Segment Start: Supplied data

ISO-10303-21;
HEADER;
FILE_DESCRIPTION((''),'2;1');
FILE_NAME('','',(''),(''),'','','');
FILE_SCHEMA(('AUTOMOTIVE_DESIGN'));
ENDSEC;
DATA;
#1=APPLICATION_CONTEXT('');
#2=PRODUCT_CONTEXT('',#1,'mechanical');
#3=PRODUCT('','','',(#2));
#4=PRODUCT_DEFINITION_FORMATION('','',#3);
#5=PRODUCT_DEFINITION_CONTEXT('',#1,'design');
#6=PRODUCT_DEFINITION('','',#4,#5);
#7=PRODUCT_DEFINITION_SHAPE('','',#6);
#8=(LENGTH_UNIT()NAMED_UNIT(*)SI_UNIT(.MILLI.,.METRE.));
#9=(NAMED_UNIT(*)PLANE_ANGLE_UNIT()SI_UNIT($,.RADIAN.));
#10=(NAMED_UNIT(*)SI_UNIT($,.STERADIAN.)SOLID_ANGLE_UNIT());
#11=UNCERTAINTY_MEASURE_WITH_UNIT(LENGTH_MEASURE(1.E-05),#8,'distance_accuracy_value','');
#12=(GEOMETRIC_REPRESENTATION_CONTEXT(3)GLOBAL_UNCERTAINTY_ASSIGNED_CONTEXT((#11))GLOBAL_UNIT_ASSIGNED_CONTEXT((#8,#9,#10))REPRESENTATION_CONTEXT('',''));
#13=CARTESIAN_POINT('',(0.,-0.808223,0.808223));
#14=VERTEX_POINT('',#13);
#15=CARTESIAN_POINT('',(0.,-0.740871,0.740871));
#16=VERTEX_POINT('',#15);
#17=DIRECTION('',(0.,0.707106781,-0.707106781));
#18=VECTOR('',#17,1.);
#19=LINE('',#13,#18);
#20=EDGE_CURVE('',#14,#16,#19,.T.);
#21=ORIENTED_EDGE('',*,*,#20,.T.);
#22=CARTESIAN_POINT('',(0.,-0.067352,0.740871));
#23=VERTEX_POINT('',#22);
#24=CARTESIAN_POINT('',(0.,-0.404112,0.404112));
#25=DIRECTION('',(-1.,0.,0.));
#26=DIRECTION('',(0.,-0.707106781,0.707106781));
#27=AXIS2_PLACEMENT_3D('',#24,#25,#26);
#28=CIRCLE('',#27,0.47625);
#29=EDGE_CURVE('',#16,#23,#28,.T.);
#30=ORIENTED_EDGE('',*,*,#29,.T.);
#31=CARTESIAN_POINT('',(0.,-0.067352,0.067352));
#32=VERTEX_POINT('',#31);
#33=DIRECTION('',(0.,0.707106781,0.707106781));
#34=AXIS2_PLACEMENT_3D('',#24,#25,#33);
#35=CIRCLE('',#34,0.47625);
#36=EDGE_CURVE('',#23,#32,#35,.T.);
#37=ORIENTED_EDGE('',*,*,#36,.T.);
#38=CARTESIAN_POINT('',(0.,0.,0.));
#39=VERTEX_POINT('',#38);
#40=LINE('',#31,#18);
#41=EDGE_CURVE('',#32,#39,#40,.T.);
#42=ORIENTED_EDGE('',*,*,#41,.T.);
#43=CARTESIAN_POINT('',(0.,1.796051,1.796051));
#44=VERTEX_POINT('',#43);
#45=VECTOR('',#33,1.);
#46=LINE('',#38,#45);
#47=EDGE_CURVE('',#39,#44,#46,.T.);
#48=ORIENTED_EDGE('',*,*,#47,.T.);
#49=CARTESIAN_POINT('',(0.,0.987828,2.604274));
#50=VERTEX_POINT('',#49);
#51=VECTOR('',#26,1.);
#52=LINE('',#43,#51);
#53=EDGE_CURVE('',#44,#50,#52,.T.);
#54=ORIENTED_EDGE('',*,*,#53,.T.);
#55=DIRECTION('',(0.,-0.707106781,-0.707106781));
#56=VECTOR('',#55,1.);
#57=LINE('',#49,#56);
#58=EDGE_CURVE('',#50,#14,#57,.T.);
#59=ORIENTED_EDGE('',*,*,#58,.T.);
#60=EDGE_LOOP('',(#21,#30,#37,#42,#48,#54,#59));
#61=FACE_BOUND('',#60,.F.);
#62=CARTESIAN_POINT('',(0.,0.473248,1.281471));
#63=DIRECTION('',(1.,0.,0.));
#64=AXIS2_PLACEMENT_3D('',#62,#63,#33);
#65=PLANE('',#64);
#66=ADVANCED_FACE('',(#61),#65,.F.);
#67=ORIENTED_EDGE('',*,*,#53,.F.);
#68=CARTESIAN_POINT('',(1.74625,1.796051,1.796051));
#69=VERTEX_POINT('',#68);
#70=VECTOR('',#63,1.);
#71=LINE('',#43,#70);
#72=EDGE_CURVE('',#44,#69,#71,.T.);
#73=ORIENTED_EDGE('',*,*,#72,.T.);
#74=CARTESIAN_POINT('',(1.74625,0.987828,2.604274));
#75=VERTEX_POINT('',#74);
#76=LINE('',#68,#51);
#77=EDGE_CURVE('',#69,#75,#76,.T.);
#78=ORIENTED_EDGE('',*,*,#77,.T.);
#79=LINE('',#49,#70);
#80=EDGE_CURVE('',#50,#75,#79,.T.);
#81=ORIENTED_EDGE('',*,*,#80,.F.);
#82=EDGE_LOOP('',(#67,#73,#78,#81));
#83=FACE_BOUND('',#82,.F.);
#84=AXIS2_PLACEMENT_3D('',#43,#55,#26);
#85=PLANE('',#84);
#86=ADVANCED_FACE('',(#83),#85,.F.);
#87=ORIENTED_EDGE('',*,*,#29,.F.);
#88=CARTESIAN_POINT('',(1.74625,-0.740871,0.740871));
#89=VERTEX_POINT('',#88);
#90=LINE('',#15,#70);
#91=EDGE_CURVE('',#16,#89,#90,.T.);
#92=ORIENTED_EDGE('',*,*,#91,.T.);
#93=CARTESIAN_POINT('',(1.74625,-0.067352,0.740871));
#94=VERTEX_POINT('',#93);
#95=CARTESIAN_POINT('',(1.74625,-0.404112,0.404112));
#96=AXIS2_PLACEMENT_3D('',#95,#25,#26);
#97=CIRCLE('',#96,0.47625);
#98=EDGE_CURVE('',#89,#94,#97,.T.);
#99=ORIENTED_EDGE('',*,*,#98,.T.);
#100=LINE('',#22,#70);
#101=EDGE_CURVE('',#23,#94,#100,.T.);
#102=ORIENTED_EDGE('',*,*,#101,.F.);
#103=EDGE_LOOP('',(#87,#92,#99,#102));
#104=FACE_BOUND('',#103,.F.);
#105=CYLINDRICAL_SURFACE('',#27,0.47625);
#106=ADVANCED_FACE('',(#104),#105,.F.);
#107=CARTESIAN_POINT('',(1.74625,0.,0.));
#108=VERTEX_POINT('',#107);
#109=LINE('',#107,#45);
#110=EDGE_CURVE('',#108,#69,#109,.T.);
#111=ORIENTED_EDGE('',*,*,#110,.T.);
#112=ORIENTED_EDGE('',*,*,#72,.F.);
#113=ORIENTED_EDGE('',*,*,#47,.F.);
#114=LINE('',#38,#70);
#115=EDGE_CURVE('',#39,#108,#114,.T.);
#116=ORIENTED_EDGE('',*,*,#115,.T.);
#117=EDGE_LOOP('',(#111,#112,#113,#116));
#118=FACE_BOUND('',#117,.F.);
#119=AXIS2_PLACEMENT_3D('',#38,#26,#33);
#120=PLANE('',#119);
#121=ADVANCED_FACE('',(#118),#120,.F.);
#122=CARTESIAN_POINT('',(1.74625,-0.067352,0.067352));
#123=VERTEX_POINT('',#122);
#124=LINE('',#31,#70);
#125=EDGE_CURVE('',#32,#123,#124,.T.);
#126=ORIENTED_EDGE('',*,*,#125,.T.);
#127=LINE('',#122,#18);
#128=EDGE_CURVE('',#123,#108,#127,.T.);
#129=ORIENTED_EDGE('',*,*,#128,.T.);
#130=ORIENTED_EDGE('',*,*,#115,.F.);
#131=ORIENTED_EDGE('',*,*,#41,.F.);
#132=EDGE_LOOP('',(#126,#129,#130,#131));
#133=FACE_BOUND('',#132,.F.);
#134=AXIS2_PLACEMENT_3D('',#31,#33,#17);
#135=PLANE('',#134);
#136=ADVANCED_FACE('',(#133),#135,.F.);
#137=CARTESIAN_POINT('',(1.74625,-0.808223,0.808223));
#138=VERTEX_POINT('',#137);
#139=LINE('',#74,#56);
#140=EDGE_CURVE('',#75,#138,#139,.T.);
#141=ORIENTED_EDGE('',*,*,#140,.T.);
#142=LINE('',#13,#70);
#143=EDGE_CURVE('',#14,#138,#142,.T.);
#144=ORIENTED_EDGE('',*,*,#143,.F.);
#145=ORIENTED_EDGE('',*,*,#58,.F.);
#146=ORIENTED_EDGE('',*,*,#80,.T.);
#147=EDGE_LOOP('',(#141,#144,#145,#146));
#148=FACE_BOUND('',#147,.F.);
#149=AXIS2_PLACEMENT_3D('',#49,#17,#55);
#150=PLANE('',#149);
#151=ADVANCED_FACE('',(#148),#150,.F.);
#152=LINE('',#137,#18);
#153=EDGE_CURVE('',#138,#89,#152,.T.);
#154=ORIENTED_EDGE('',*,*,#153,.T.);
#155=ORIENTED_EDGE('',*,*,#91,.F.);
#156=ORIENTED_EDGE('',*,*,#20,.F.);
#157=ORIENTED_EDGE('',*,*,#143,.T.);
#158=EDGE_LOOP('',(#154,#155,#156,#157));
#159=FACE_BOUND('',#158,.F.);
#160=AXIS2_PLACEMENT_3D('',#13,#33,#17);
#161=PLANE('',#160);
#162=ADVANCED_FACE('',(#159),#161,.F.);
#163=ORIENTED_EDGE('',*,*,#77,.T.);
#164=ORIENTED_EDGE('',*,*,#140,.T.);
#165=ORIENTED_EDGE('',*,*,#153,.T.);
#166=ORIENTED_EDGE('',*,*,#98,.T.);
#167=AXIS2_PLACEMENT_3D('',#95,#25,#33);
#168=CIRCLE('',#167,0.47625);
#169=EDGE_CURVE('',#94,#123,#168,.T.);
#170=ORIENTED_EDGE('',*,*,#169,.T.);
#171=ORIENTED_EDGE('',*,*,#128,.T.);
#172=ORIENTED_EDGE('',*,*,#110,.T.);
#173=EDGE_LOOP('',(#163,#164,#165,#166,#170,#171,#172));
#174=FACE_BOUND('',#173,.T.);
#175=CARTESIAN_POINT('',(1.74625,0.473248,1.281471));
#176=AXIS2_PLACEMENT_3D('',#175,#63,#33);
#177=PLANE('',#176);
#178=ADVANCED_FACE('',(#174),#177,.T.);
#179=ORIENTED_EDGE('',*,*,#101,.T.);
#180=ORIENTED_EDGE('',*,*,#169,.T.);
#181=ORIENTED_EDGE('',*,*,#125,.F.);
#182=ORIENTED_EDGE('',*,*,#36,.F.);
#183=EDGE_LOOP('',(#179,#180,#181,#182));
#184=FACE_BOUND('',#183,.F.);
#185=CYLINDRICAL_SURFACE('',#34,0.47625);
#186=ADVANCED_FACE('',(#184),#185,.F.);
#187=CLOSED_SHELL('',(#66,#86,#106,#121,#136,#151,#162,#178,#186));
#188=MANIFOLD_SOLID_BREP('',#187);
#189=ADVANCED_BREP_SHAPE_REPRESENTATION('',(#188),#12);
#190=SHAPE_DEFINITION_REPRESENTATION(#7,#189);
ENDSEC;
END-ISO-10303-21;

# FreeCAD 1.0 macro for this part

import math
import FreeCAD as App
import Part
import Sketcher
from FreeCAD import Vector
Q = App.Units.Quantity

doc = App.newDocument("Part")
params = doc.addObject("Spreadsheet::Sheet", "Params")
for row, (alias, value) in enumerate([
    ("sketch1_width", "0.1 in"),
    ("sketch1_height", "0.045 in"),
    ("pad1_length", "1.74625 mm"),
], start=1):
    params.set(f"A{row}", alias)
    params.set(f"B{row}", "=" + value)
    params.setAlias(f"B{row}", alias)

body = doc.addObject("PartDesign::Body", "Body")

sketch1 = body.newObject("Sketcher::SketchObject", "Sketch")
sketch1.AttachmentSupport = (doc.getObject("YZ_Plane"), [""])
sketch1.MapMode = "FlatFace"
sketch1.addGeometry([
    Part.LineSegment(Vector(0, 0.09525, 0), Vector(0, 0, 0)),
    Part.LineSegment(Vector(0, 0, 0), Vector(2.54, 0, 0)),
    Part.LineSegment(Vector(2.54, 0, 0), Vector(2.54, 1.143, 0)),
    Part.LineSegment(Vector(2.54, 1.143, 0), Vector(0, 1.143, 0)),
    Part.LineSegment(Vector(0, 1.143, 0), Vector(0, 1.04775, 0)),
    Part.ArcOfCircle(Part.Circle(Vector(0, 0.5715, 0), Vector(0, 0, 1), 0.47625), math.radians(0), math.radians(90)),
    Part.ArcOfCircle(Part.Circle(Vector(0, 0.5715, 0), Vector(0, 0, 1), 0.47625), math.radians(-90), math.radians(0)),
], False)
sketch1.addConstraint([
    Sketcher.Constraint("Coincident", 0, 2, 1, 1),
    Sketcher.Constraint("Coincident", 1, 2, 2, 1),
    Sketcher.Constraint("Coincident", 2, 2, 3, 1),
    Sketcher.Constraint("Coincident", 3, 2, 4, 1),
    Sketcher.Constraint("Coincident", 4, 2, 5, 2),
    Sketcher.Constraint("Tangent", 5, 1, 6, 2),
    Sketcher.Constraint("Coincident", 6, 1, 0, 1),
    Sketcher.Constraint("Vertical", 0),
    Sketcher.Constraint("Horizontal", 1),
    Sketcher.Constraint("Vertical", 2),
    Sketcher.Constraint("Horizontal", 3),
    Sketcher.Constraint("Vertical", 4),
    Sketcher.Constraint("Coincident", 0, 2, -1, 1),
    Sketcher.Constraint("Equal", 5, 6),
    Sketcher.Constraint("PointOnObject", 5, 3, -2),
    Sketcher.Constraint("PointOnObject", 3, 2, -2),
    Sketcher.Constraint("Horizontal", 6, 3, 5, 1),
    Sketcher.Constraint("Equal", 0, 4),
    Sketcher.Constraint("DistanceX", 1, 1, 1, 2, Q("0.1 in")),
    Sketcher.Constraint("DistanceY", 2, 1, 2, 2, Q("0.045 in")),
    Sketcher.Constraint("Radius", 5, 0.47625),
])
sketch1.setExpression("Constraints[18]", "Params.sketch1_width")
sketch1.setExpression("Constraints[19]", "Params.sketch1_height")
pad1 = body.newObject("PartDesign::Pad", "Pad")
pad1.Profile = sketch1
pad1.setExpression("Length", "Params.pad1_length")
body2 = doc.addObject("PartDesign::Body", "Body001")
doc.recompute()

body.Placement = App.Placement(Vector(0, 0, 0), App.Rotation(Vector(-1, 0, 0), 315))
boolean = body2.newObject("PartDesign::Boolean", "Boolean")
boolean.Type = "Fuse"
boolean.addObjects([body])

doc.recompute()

Segment End: Supplied data
Segment Start: Supplied data

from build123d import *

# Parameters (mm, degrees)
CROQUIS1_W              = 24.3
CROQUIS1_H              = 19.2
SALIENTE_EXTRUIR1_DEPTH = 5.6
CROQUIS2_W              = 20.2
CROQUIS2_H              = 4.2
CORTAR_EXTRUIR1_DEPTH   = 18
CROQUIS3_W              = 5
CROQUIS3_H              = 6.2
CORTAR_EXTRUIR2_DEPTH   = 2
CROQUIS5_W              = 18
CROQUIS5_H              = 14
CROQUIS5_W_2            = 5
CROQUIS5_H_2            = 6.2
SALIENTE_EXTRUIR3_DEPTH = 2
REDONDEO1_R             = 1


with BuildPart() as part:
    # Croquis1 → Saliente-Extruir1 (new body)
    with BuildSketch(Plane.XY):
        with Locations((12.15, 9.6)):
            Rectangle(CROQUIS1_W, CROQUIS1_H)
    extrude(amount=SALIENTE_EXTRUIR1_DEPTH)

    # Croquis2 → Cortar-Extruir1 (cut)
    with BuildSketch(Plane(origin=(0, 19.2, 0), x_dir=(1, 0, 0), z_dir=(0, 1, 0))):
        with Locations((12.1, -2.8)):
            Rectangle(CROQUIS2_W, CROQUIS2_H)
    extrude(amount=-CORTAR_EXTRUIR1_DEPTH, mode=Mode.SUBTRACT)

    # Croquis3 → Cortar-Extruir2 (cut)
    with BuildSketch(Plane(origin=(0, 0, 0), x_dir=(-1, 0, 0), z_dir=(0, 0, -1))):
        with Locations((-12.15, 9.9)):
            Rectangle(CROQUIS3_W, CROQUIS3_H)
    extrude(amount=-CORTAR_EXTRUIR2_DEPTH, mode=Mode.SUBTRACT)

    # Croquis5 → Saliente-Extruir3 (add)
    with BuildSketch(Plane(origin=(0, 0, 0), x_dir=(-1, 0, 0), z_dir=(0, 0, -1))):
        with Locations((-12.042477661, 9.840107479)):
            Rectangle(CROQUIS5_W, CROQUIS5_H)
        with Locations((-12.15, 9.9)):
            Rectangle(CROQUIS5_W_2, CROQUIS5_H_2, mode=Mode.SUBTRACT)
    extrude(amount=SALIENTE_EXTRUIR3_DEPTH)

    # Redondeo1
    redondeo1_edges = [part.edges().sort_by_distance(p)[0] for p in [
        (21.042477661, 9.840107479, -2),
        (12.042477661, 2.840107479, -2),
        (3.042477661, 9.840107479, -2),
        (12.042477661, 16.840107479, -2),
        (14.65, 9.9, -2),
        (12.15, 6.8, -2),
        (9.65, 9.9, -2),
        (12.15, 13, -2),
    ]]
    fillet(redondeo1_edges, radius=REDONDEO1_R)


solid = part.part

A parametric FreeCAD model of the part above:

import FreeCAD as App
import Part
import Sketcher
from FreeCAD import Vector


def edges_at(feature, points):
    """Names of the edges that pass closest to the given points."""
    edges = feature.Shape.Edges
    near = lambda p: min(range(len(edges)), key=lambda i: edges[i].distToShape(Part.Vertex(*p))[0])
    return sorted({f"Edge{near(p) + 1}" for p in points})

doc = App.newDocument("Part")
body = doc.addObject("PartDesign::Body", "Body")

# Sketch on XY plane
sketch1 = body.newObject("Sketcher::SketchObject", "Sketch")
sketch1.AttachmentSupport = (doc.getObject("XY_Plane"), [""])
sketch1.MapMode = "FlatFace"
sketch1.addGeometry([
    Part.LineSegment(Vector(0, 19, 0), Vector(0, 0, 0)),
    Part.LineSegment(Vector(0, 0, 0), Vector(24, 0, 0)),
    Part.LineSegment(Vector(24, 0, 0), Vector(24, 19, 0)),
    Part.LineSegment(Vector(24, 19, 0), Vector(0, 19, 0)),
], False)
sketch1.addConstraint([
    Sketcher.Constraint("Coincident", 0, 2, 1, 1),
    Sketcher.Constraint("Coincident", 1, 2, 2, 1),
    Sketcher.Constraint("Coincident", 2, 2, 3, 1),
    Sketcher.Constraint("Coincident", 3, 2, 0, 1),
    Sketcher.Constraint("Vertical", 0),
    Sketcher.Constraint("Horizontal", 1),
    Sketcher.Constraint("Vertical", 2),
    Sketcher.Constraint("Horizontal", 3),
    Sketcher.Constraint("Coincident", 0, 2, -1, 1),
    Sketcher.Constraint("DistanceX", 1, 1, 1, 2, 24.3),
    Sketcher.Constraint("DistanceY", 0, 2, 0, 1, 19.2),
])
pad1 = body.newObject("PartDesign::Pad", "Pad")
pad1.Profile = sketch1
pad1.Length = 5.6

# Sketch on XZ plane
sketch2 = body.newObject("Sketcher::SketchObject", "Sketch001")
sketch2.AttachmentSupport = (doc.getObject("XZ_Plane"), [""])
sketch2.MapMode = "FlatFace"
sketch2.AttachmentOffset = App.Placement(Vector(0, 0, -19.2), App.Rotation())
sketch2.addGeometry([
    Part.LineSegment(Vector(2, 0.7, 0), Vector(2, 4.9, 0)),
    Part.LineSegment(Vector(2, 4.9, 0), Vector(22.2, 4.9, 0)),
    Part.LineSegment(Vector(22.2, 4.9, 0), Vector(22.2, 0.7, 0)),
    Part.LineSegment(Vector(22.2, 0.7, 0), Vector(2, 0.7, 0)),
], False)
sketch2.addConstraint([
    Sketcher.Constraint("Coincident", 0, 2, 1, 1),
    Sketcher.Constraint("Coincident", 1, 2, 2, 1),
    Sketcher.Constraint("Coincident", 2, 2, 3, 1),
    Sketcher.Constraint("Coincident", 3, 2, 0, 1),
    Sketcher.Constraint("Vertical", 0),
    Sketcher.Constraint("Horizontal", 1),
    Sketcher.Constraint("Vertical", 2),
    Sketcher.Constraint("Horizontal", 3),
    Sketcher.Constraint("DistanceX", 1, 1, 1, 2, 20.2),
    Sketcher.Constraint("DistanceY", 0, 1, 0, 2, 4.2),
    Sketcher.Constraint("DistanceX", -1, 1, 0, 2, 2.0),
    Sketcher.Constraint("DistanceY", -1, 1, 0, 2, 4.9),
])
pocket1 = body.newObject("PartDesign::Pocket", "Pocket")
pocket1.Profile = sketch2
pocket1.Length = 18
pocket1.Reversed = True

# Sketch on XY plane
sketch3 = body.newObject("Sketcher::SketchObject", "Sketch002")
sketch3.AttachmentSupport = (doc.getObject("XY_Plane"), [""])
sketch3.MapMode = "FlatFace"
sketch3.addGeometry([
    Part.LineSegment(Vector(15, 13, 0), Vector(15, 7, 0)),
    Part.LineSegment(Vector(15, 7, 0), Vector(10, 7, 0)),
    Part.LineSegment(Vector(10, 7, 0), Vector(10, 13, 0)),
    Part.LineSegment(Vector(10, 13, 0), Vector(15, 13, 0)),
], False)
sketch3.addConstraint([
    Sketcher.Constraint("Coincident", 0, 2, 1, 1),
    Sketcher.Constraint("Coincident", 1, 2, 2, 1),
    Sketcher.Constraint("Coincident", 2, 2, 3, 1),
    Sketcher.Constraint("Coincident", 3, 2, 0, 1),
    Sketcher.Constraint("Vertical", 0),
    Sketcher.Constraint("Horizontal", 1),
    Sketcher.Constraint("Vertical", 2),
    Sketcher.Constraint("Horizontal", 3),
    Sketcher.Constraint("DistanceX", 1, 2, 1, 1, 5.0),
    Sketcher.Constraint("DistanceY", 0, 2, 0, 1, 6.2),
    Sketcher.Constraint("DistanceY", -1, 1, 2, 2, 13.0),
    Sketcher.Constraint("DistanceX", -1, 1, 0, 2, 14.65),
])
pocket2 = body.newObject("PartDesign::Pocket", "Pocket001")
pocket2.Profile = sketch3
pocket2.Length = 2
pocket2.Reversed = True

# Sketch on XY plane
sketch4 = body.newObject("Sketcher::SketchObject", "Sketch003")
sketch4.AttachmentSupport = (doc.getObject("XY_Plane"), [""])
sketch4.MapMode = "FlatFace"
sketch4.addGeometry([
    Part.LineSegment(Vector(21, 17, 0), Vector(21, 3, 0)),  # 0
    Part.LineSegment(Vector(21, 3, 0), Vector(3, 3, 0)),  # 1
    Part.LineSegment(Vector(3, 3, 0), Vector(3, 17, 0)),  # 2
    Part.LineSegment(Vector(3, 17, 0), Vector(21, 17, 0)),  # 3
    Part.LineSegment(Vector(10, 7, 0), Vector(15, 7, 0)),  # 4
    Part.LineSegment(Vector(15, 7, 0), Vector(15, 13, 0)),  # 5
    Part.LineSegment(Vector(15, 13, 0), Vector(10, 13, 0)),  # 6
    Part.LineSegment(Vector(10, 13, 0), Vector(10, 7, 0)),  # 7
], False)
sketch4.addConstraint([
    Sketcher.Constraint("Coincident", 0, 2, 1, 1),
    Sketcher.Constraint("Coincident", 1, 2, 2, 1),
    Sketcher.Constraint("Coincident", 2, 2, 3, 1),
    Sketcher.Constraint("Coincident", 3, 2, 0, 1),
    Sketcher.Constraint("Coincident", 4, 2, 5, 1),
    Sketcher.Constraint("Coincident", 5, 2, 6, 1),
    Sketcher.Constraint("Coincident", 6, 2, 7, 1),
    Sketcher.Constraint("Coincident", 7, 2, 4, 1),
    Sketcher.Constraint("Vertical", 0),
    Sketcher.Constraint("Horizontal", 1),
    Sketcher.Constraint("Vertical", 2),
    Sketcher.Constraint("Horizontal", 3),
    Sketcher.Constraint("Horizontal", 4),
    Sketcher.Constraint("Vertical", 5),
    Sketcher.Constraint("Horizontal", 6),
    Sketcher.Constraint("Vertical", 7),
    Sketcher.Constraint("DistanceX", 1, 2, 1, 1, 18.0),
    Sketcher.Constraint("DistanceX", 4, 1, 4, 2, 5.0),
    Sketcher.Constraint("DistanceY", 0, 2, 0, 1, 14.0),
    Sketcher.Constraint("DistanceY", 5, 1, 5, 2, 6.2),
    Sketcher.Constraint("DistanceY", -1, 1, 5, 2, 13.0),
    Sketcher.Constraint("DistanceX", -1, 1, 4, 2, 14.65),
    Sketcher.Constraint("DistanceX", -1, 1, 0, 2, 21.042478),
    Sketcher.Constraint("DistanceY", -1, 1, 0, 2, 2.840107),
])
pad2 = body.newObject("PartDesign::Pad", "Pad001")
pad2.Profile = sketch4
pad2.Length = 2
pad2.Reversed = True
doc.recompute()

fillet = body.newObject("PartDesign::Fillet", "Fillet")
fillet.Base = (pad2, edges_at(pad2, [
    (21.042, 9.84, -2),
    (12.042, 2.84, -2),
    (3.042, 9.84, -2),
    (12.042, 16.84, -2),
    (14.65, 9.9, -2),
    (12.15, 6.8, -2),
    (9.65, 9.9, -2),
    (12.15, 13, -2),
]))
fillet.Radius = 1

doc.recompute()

Segment End: Supplied data

▸ **Directions for this task**: Scan the entries above. Copy each line that has the string "Rectangle".

▸ **Response area**:
            Rectangle(CROQUIS1_W, CROQUIS1_H)
            Rectangle(CROQUIS2_W, CROQUIS2_H)
            Rectangle(CROQUIS3_W, CROQUIS3_H)
            Rectangle(CROQUIS5_W, CROQUIS5_H)
            Rectangle(CROQUIS5_W_2, CROQUIS5_H_2, mode=Mode.SUBTRACT)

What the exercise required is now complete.